In some more specific embodiments, the preparation method specifically includes:
(1) Mixing PVC resin powder, a plasticizer, a stabilizer and a lubricant in an internal mixer; (2) Adding a carboxylic acid group monomer, a sulfonic group monomer, a cross-linking agent and an initiator into a closed system of an internal mixer, and realizing free radical graft polymerization reaction in the oxygen-free environment of the internal mixer, wherein a polymerization product is a polymer containing a carboxylic acid group and a sulfonic group, and the polymer and a PVC chain segment form a reticular interpenetrating stable structure with cross-linking points; (3) The polymer and PVC are subjected to cross-linking reaction on a vulcanizer to obtain the in-situ anticoagulation modified medical PVC material.

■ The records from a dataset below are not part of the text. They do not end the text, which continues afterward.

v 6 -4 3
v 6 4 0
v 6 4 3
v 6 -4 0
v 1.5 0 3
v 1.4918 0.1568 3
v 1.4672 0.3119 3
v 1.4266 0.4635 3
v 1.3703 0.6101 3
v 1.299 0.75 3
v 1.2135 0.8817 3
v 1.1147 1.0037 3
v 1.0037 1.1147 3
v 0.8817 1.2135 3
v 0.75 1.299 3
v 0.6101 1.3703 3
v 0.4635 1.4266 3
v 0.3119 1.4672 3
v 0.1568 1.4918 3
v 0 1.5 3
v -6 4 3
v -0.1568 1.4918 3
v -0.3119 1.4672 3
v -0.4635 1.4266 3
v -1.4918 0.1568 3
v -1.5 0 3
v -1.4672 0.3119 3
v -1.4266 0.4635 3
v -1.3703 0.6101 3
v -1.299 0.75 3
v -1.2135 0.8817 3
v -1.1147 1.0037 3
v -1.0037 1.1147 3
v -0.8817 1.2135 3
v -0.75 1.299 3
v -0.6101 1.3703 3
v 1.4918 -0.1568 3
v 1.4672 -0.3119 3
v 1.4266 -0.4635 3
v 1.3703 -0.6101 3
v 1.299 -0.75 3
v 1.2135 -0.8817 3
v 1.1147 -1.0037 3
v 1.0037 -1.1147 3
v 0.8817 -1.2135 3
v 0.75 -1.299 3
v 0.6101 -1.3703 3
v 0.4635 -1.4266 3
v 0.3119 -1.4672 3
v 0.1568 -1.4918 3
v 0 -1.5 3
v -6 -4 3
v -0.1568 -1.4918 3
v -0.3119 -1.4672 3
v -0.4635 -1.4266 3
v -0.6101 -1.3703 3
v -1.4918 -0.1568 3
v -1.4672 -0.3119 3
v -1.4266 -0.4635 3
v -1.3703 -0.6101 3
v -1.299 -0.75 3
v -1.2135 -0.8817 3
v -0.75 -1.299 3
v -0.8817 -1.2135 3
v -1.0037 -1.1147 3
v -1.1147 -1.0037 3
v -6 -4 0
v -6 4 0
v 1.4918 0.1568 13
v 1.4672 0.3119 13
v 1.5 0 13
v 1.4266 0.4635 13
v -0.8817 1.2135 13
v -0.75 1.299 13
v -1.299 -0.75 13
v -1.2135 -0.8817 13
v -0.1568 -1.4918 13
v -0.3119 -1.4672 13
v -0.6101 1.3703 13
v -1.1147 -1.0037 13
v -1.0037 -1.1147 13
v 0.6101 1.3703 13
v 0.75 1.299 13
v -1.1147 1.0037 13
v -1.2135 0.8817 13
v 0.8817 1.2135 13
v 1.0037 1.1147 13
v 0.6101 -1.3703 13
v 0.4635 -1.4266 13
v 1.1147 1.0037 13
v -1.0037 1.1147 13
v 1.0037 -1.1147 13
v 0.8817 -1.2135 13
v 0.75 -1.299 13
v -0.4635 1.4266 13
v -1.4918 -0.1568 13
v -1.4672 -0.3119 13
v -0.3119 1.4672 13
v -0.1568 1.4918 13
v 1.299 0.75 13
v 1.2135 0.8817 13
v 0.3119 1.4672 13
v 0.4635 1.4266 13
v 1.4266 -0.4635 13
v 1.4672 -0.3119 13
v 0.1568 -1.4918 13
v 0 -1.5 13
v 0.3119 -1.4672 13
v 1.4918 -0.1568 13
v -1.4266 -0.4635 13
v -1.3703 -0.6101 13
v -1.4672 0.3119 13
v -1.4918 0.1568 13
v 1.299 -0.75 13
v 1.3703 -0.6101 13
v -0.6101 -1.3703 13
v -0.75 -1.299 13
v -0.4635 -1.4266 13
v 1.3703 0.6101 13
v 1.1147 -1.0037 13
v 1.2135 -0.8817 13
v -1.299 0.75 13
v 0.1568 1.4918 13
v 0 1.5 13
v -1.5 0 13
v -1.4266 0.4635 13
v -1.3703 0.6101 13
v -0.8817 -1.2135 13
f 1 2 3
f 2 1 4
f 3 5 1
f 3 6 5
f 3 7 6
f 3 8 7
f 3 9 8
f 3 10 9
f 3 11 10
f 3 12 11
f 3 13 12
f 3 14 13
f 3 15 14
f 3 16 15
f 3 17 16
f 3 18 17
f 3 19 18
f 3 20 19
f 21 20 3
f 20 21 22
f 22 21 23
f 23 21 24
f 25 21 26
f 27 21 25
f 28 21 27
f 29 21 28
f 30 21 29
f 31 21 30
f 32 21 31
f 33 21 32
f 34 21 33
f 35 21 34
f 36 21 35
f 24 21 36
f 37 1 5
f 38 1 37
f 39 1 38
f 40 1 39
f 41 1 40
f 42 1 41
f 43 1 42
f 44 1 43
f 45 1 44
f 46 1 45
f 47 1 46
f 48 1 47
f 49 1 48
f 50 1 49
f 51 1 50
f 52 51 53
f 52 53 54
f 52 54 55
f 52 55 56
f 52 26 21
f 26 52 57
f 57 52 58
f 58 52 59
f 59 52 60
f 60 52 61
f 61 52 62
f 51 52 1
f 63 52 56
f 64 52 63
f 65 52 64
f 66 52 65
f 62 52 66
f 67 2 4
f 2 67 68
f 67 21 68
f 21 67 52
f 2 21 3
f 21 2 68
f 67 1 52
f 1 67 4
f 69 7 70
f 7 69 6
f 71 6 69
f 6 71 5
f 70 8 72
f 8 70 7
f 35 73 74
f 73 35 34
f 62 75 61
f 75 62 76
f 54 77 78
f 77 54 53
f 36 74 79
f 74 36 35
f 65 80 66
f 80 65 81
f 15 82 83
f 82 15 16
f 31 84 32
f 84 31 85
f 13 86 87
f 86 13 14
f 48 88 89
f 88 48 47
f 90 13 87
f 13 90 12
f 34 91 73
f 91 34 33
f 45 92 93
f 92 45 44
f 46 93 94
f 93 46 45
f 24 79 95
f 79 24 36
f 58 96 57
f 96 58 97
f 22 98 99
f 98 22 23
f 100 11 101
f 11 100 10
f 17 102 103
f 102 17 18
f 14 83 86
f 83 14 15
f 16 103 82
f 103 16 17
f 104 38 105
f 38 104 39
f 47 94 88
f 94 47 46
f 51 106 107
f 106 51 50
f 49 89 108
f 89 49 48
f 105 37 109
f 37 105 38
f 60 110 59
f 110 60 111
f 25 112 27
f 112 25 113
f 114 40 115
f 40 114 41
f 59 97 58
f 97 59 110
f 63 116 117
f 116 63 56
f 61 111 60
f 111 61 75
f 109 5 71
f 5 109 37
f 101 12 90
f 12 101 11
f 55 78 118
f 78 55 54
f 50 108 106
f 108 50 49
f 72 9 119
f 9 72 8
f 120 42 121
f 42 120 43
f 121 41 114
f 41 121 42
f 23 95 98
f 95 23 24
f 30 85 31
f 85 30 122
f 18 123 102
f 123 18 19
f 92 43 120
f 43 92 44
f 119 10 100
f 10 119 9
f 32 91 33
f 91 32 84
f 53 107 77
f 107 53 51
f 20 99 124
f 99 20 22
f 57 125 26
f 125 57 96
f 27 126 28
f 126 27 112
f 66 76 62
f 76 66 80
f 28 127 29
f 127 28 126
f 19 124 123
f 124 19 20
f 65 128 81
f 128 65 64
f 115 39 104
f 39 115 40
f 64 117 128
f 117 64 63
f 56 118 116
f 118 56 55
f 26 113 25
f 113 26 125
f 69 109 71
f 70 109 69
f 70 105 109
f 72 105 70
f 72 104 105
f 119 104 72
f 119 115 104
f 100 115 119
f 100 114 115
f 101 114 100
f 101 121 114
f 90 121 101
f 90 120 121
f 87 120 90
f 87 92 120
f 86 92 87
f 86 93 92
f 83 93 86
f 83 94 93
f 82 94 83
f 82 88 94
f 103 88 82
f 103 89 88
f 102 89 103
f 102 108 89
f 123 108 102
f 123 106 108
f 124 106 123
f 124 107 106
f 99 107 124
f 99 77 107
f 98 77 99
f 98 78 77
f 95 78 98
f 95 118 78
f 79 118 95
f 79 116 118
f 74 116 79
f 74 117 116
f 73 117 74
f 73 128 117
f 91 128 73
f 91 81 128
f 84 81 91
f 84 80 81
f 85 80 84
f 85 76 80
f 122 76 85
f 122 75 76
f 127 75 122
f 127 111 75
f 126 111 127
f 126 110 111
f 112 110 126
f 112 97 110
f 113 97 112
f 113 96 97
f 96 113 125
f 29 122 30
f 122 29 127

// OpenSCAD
// T-head slot bolt.
$fn = 60;
eps = 0.02;
shaft_d = 3;
head_l = 12;
shaft_l = 10;
head_w = shaft_d + 5;
head_h = 3;
union() {
    translate([-head_l/2,-head_w/2,0]) cube([head_l,head_w,head_h]);
    translate([0,0,head_h]) cylinder(d=shaft_d,h=shaft_l);
}
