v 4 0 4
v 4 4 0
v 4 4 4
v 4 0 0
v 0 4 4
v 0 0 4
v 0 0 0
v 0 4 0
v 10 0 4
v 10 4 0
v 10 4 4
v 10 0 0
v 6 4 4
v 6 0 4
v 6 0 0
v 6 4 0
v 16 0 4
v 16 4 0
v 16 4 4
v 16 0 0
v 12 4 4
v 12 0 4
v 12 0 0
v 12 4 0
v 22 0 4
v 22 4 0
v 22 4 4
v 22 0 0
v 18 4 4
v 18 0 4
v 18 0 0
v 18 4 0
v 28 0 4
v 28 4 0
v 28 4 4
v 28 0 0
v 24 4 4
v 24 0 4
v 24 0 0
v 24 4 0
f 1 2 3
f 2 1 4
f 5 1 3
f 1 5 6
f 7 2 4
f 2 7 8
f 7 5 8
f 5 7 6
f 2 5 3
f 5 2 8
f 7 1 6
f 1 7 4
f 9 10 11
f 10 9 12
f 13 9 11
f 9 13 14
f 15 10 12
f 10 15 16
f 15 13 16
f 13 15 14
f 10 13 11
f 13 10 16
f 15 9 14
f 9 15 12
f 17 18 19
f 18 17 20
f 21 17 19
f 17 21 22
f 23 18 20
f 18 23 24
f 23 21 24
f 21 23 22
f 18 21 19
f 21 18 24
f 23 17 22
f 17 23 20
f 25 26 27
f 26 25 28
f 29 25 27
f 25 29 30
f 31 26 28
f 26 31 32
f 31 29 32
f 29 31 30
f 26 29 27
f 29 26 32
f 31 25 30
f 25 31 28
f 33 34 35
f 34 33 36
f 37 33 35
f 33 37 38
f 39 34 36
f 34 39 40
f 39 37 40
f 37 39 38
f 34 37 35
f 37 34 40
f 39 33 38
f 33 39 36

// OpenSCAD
// Construct: for-loop over a range placing a row of cubes.
for (i = [0 : 4]) {
    translate([i * 6, 0, 0]) cube(4);
}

As a more specific embodiment, the preparation method of the in-situ anticoagulation modified medical PVC material comprises the following steps:
step (1): fully blending PVC resin powder, a primary plasticizer, an auxiliary plasticizer, a stabilizer and a lubricant for 1-6 hours at 30-100 ℃ in a high-speed dispersion machine to form the mixture;
the PVC resin powder, the plasticizer, the stabilizer and the lubricant comprise the following components in parts by weight:
60-80 parts of PVC resin
10-50 parts of primary plasticizer
5-30 parts of auxiliary plasticizer
3-10 parts of stabilizer
0.5 to 1 portion of lubricant
The main plasticizer is DOP and/or trioctyl citrate; the auxiliary plasticizer is epoxidized soybean oil and/or epoxidized linseed oil;
the stabilizer comprises 50-70 wt% of zinc laurate and 30-50 wt% of calcium stearate;
the lubricant is polyethylene wax.
Step (2): plasticizing and mixing the mixture in an internal mixer at 110-160 ℃ and 20-80 r/min, and fully and uniformly dispersing;
and (3): keeping the temperature and the rotating speed unchanged, adding a cross-linking agent monomer, a carboxylic acid group monomer, a sulfonic group monomer and an initiator into an internal mixer for polymerization reaction for 10-60 min.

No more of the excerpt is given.